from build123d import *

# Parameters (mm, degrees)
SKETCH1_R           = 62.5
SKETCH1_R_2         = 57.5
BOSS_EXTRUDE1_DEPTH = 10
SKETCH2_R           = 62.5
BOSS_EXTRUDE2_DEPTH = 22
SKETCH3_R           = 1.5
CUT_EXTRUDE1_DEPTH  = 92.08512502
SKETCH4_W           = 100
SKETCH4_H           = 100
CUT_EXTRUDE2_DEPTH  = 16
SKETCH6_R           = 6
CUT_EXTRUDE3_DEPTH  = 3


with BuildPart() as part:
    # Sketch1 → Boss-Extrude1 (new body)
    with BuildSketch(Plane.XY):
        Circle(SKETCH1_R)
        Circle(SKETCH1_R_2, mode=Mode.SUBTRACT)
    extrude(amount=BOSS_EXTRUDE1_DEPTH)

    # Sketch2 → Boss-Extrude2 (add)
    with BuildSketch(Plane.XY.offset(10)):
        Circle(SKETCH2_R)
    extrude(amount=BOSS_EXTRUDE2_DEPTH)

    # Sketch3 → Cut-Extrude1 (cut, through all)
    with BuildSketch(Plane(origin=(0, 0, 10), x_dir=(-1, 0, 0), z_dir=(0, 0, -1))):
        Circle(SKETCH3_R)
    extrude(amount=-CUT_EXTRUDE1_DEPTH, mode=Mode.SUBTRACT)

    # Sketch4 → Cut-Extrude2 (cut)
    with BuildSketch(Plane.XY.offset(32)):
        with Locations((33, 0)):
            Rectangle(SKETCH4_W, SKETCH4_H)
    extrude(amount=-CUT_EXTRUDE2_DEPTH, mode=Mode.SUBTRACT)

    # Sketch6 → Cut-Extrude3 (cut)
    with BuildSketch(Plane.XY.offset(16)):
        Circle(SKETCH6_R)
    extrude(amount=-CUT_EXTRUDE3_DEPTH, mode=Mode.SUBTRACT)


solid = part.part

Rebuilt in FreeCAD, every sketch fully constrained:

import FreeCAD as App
import Part
import Sketcher
from FreeCAD import Vector
Q = App.Units.Quantity


def add_polygon(sketch, points):
    """Adds a closed chain of lines whose ends are joined by coincident constraints."""
    first, n = sketch.GeometryCount, len(points)
    for a, b in zip(points, points[1:] + points[:1]):
        sketch.addGeometry(Part.LineSegment(App.Vector(*a, 0), App.Vector(*b, 0)), False)
    for i in range(n):
        sketch.addConstraint(Sketcher.Constraint("Coincident", first + i, 2, first + (i + 1) % n, 1))

doc = App.newDocument("Part")
body = doc.addObject("PartDesign::Body", "Body")

sketch1 = body.newObject("Sketcher::SketchObject", "Sketch")
sketch1.AttachmentSupport = (doc.getObject("XY_Plane"), [""])
sketch1.MapMode = "FlatFace"
sketch1.addGeometry([
    Part.Circle(Vector(0, 0, 0), Vector(0, 0, 1), 62),
    Part.Circle(Vector(0, 0, 0), Vector(0, 0, 1), 58),
], False)
sketch1.addConstraint([
    Sketcher.Constraint("Coincident", 0, 3, -1, 1),
    Sketcher.Constraint("Coincident", 1, 3, -1, 1),
    Sketcher.Constraint("Diameter", 0, Q("125 mm")),
    Sketcher.Constraint("Diameter", 1, Q("115 mm")),
])
pad1 = body.newObject("PartDesign::Pad", "Pad")
pad1.Profile = sketch1
pad1.Length = 10

sketch2 = body.newObject("Sketcher::SketchObject", "Sketch001")
sketch2.AttachmentSupport = (doc.getObject("XY_Plane"), [""])
sketch2.MapMode = "FlatFace"
sketch2.AttachmentOffset = App.Placement(Vector(0, 0, 10), App.Rotation())
sketch2.addGeometry(Part.Circle(Vector(0, 0, 0), Vector(0, 0, 1), 62), False)
sketch2.addConstraint([
    Sketcher.Constraint("Coincident", 0, 3, -1, 1),
    Sketcher.Constraint("Diameter", 0, Q("125 mm")),
])
pad2 = body.newObject("PartDesign::Pad", "Pad001")
pad2.Profile = sketch2
pad2.Length = 22

sketch3 = body.newObject("Sketcher::SketchObject", "Sketch002")
sketch3.AttachmentSupport = (doc.getObject("XY_Plane"), [""])
sketch3.MapMode = "FlatFace"
sketch3.AttachmentOffset = App.Placement(Vector(0, 0, 10), App.Rotation())
sketch3.addGeometry(Part.Circle(Vector(0, 0, 0), Vector(0, 0, 1), 1.5), False)
sketch3.addConstraint([
    Sketcher.Constraint("Coincident", 0, 3, -1, 1),
    Sketcher.Constraint("Diameter", 0, Q("3 mm")),
])
pocket1 = body.newObject("PartDesign::Pocket", "Pocket")
pocket1.Profile = sketch3
pocket1.Type = "ThroughAll"
pocket1.Reversed = True

sketch4 = body.newObject("Sketcher::SketchObject", "Sketch003")
sketch4.AttachmentSupport = (doc.getObject("XY_Plane"), [""])
sketch4.MapMode = "FlatFace"
sketch4.AttachmentOffset = App.Placement(Vector(0, 0, 32), App.Rotation())
add_polygon(sketch4, [(-17, 50), (-17, -50), (83, -50), (83, 50)])
sketch4.addConstraint([
    Sketcher.Constraint("Vertical", 0),
    Sketcher.Constraint("Horizontal", 1),
    Sketcher.Constraint("Vertical", 2),
    Sketcher.Constraint("Horizontal", 3),
    Sketcher.Constraint("Equal", 3, 0),
    Sketcher.Constraint("DistanceX", 1, 1, 1, 2, Q("100 mm")),
    Sketcher.Constraint("DistanceX", 0, 2, -1, 1, Q("17 mm")),
    Sketcher.Constraint("DistanceY", 0, 2, -1, 1, Q("50 mm")),
])
pocket2 = body.newObject("PartDesign::Pocket", "Pocket001")
pocket2.Profile = sketch4
pocket2.Length = 16

sketch5 = body.newObject("Sketcher::SketchObject", "Sketch004")
sketch5.AttachmentSupport = (doc.getObject("XY_Plane"), [""])
sketch5.MapMode = "FlatFace"
sketch5.AttachmentOffset = App.Placement(Vector(0, 0, 16), App.Rotation())
sketch5.addGeometry(Part.Circle(Vector(0, 0, 0), Vector(0, 0, 1), 6), False)
sketch5.addConstraint([
    Sketcher.Constraint("Coincident", 0, 3, -1, 1),
    Sketcher.Constraint("Diameter", 0, Q("12 mm")),
])
pocket3 = body.newObject("PartDesign::Pocket", "Pocket002")
pocket3.Profile = sketch5
pocket3.Length = 3

doc.recompute()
|---|
All that belongs in the answer is the lines from the start of the entries above through the line containing "extrude(amount=BOSS_EXTRUDE1_DEPTH)", each given exactly.

from build123d import *

# Parameters (mm, degrees)
SKETCH1_R           = 62.5
SKETCH1_R_2         = 57.5
BOSS_EXTRUDE1_DEPTH = 10
SKETCH2_R           = 62.5
BOSS_EXTRUDE2_DEPTH = 22
SKETCH3_R           = 1.5
CUT_EXTRUDE1_DEPTH  = 92.08512502
SKETCH4_W           = 100
SKETCH4_H           = 100
CUT_EXTRUDE2_DEPTH  = 16
SKETCH6_R           = 6
CUT_EXTRUDE3_DEPTH  = 3


with BuildPart() as part:
    # Sketch1 → Boss-Extrude1 (new body)
    with BuildSketch(Plane.XY):
        Circle(SKETCH1_R)
        Circle(SKETCH1_R_2, mode=Mode.SUBTRACT)
    extrude(amount=BOSS_EXTRUDE1_DEPTH)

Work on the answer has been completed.